Question

Neutron diffraction is an important technique for determining the structures of molecules. Calculate the velocity of a neutron needed to achieve a wavelength of \(1.25 \AA\). (Refer to the inside cover for the mass of the neutron.)

Short answer

To calculate the velocity of a neutron needed to achieve a wavelength of \(1.25 \AA\), we can use the De Broglie relation: \(\lambda = \frac{h}{mv}\). First, convert the given wavelength to meters: \(\lambda = 1.25 \times 10^{-10} m\). The mass of the neutron is \(m_{n} = 1.675 \times 10^{-27} kg\). Rearrange the De Broglie equation to solve for the velocity: \(v = \frac{h}{m \lambda}\). Plug in the values and solve for the velocity: \(v = \frac{6.626 \times 10^{-34} Js}{(1.675 \times 10^{-27} kg)(1.25 \times 10^{-10} m)}\). Thus, the velocity of the neutron is approximately \(3.155 \times 10^5 \ m/s\).

Step-by-step solution

1. Recall the De Broglie relation

The De Broglie relation states that: \[\lambda = \frac{h}{mv}\] where \(\lambda\) is the wavelength, \(h\) is the Planck's constant (\(6.626 \times 10^{-34} \ Js\)), \(m\) is the mass, and \(v\) is the velocity of the particle.

2. Convert the given wavelength to meters

We are given the wavelength of the neutron as \(1.25 \AA\). Let's convert this to meters: \[\lambda = 1.25 \AA = 1.25 \times 10^{-10} m\]

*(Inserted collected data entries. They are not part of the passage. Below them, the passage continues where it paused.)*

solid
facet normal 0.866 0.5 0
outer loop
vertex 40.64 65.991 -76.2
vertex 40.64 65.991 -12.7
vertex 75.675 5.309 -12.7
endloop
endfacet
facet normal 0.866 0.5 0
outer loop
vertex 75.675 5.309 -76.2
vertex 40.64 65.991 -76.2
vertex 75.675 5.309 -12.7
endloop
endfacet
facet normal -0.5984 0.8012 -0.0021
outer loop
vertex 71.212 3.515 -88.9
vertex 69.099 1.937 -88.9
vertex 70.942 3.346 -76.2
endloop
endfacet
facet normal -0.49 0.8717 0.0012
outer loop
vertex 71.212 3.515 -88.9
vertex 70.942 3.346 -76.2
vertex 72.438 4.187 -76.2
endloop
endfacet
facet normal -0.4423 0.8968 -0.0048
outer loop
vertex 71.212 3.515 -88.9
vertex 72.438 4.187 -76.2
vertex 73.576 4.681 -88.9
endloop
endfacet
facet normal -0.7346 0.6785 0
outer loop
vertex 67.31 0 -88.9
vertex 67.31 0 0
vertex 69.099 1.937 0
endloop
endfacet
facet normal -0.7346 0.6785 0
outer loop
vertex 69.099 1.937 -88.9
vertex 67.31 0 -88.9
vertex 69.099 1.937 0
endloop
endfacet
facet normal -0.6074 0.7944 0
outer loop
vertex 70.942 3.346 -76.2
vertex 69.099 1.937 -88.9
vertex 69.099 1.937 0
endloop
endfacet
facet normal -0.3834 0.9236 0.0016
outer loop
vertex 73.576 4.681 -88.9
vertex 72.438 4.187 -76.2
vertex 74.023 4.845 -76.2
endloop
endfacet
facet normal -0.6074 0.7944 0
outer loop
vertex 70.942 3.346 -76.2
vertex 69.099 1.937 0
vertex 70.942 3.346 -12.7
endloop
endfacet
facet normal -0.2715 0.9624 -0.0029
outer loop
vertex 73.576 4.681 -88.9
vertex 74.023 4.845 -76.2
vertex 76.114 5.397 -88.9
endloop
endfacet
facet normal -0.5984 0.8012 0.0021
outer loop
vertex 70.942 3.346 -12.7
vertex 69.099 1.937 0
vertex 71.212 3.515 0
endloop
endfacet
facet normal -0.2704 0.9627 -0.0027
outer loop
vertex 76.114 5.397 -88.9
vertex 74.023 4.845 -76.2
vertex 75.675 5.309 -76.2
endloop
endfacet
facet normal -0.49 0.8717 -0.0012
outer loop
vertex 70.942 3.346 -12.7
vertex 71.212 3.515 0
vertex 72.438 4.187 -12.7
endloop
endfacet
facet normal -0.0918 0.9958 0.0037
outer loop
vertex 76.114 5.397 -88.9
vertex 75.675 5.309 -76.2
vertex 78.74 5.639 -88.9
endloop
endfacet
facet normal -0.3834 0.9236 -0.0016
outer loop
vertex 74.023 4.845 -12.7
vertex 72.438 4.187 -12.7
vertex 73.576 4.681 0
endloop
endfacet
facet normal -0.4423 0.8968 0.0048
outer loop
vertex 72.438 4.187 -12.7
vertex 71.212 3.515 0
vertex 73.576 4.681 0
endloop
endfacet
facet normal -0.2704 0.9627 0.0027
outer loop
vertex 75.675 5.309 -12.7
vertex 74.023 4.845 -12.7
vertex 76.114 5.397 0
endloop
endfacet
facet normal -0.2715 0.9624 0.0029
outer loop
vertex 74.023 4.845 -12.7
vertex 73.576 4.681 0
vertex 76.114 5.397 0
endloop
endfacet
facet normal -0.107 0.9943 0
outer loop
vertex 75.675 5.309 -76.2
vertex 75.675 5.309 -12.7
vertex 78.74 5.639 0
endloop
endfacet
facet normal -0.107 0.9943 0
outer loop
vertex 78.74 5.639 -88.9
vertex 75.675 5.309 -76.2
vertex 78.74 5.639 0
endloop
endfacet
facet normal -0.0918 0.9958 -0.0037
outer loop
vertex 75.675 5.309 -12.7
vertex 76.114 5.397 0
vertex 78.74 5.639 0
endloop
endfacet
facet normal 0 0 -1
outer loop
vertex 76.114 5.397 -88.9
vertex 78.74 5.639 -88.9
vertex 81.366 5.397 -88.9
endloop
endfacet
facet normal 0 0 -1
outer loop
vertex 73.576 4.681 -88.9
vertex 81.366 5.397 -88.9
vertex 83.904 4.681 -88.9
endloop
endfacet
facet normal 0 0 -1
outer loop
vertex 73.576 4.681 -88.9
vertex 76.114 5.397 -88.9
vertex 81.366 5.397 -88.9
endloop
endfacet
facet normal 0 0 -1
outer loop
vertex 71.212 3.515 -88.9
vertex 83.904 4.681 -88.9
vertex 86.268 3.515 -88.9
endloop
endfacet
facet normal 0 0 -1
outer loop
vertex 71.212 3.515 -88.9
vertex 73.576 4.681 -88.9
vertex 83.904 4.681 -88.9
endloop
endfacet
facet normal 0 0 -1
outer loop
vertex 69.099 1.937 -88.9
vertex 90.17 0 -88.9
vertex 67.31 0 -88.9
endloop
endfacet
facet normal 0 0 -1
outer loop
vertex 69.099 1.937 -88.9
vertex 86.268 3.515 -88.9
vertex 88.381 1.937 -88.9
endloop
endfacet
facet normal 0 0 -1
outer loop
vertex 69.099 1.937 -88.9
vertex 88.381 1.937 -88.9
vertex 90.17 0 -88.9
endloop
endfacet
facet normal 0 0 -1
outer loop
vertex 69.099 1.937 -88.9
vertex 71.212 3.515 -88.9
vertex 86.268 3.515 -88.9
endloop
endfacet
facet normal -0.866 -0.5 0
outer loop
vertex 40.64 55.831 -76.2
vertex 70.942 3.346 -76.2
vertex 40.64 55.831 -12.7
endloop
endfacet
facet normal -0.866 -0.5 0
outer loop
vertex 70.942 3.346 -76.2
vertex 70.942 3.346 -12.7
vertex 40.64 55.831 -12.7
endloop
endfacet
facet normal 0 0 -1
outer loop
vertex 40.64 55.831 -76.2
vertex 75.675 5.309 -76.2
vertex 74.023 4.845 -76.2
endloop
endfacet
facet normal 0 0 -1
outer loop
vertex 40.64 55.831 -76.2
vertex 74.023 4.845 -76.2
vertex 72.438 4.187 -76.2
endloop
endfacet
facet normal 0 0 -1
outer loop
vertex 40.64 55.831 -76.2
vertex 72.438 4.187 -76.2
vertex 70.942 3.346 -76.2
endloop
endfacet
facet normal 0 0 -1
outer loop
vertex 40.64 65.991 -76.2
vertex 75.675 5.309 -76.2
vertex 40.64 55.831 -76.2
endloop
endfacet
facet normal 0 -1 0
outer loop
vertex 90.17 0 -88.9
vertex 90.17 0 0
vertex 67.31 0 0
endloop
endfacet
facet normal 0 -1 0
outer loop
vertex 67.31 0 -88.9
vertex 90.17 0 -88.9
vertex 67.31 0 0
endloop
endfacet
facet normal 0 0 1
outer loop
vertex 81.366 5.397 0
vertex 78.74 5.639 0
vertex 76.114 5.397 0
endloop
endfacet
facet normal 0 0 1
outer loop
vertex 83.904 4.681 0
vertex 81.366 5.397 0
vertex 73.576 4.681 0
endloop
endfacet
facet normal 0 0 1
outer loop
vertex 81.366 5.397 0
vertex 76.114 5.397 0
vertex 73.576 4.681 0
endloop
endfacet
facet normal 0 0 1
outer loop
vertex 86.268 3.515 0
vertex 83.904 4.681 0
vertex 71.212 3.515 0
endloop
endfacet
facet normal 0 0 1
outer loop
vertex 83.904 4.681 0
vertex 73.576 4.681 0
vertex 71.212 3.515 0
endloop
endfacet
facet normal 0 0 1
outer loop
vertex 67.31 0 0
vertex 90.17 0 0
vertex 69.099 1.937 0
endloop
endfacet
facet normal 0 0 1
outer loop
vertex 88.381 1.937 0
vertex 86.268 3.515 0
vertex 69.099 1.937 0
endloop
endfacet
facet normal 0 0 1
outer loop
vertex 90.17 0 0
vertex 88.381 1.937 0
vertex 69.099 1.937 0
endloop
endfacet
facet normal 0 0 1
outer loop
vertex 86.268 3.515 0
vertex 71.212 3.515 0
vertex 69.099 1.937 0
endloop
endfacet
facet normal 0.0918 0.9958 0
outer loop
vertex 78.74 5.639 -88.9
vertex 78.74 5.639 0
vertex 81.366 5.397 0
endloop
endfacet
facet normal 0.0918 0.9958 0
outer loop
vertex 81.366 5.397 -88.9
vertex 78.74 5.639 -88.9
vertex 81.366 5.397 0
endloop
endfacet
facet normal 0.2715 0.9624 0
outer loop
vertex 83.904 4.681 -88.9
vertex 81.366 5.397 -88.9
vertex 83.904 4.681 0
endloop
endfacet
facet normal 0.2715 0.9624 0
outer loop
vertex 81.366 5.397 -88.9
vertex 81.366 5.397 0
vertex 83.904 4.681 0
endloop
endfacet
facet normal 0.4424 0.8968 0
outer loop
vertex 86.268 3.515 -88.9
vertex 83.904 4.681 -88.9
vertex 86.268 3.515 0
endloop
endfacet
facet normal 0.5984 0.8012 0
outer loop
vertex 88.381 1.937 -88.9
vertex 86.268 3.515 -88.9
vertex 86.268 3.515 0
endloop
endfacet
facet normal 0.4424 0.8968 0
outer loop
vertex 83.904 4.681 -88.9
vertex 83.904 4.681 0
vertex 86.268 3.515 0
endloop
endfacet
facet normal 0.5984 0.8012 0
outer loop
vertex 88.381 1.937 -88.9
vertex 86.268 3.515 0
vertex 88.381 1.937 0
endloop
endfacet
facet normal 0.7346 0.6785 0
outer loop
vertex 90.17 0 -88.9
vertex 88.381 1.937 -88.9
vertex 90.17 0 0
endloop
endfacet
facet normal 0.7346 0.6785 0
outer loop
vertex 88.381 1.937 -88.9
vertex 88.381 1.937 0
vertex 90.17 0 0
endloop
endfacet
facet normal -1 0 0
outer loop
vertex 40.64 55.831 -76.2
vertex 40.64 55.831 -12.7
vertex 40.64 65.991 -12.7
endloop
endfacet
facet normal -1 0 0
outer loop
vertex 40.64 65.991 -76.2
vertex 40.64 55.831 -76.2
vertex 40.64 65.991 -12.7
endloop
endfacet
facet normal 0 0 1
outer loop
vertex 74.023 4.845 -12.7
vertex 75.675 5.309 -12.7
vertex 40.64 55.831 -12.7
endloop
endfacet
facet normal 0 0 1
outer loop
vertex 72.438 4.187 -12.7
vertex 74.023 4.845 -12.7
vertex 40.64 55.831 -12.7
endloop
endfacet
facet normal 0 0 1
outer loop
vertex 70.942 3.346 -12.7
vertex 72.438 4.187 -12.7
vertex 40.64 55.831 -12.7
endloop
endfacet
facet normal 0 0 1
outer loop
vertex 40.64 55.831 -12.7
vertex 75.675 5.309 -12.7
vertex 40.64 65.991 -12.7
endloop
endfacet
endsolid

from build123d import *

# Parameters (mm, degrees)
BOSS_EXTRUDE1_DEPTH      = 88.9
BOSS_EXTRUDE2_DEPTH      = 31.75
BOSS_EXTRUDE2_DEPTH_BACK = 31.75


with BuildPart() as part:
    # Sketch2 → Boss-Extrude1 (new body)
    with BuildSketch(Plane.XY):
        with BuildLine():
            Line((90.17, 0), (67.31, 0))
            ThreePointArc((67.31, 0), (72.367383476, 4.152406467), (78.74, 5.6388))
            ThreePointArc((78.74, 5.6388), (85.112616524, 4.152406467), (90.17, 0))
        make_face()
    extrude(amount=-BOSS_EXTRUDE1_DEPTH)

    # Sketch3 → Boss-Extrude2 (add, two sides)
    with BuildSketch(Plane.XY.offset(-44.45)) as boss_extrude2_sk:
        with BuildLine():
            Line((40.64, 65.991135768), (75.674904681, 5.308900822))
            ThreePointArc((75.674904681, 5.308900822), (73.244625787, 4.48173949), (70.942491559, 3.345680792))
            Line((70.942491559, 3.345680792), (40.64, 55.831135768))
            Line((40.64, 55.831135768), (40.64, 65.991135768))
        make_face()
    extrude(amount=BOSS_EXTRUDE2_DEPTH)
    extrude(boss_extrude2_sk.sketch, amount=-BOSS_EXTRUDE2_DEPTH_BACK)


solid = part.part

3. Find the mass of the neutron

Referring to the inside cover of your textbook (or any credible source of such information), find the mass of the neutron: \(m_{n} = 1.675 \times 10^{-27} kg\)

4. Rearrange the De Broglie equation to solve for the velocity

We want to find the velocity (\(v\)) of the neutron. Rearrange the De Broglie relation to solve for \(v\): \[v = \frac{h}{m \lambda}\]

5. Plug in the values and solve for the velocity

Now, plug in the values for the Planck's constant (\(h\)), the neutron's mass (\(m_{n}\)), and the wavelength (\(\lambda\)) into the equation: \[v = \frac{6.626 \times 10^{-34} Js}{(1.675 \times 10^{-27} kg)(1.25 \times 10^{-10} m)}\] Calculate the result: \[v = 3.155 \times 10^5 \frac{m}{s}\] So, to achieve a wavelength of \(1.25 \AA\), a neutron must have a velocity of approximately \(3.155 \times 10^5 \ m/s\).

Key concepts

De Broglie relation

The De Broglie relation is a fundamental concept in quantum mechanics that bridges the gap between classical and quantum physics. It establishes that particles such as electrons, protons, and neutrons exhibit both particle and wave-like properties. The relation is given by:
\[\lambda = \frac{h}{mv}\]
where \(\lambda\) is the wavelength associated with the particle, \(h\) is Planck's constant, \(m\) is the particle's mass, and \(v\) is its velocity. This equation implies that every particle has an associated wavelength, which becomes significant at the quantum scale, such as in neutron diffraction experiments. Interestingly, as the particle's velocity increases, its wavelength decreases, and vice versa. This foundational principle is crucial when studying phenomena like diffraction patterns produced by particles passing through a crystal lattice.

Wavelength calculation

Calculating the wavelength of a particle involves manipulating the De Broglie relation. For certain applications such as neutron diffraction, the calculation of a neutron's wavelength is essential to understand the diffraction patterns that emerge when neutrons interact with materials at the atomic scale. To make these calculations tangible, we first convert the desired wavelength into SI units, meters, which is a straightforward step but crucial for consistency in equations. For instance, converting an angstrom to meters gives us:
\[1 \AA = 10^{-10} m\]
Once we have the wavelength in the correct units, we use the De Broglie relation to find other particle properties, like velocity, creating a clear connection between the abstract wave-like behavior of particles and their more familiar physical properties.

Neutron velocity

The velocity of a neutron is an important factor when conducting experiments like neutron diffraction. Understanding the neutron's velocity enables scientists to predict and analyze the interaction of neutrons with different materials at an atomic level. Using the De Broglie relation, we can rearrange it to solve for the neutron's velocity if we know its mass and desired wavelength:
\[v = \frac{h}{m\lambda}\]
This equation shows the inverse relationship between velocity and wavelength, reinforcing the wave-particle duality concept. Plugging in the values for Planck's constant, the neutron's mass, and the wavelength, we can solve for the velocity, which is essential for achieving the correct diffraction pattern needed to decipher the structure of molecules. Moreover, the accuracy of these values is critical; using precise constants and unit conversion ensures our calculation of the neutron's velocity is correct, facilitating the advancement of material science and molecular biology fields.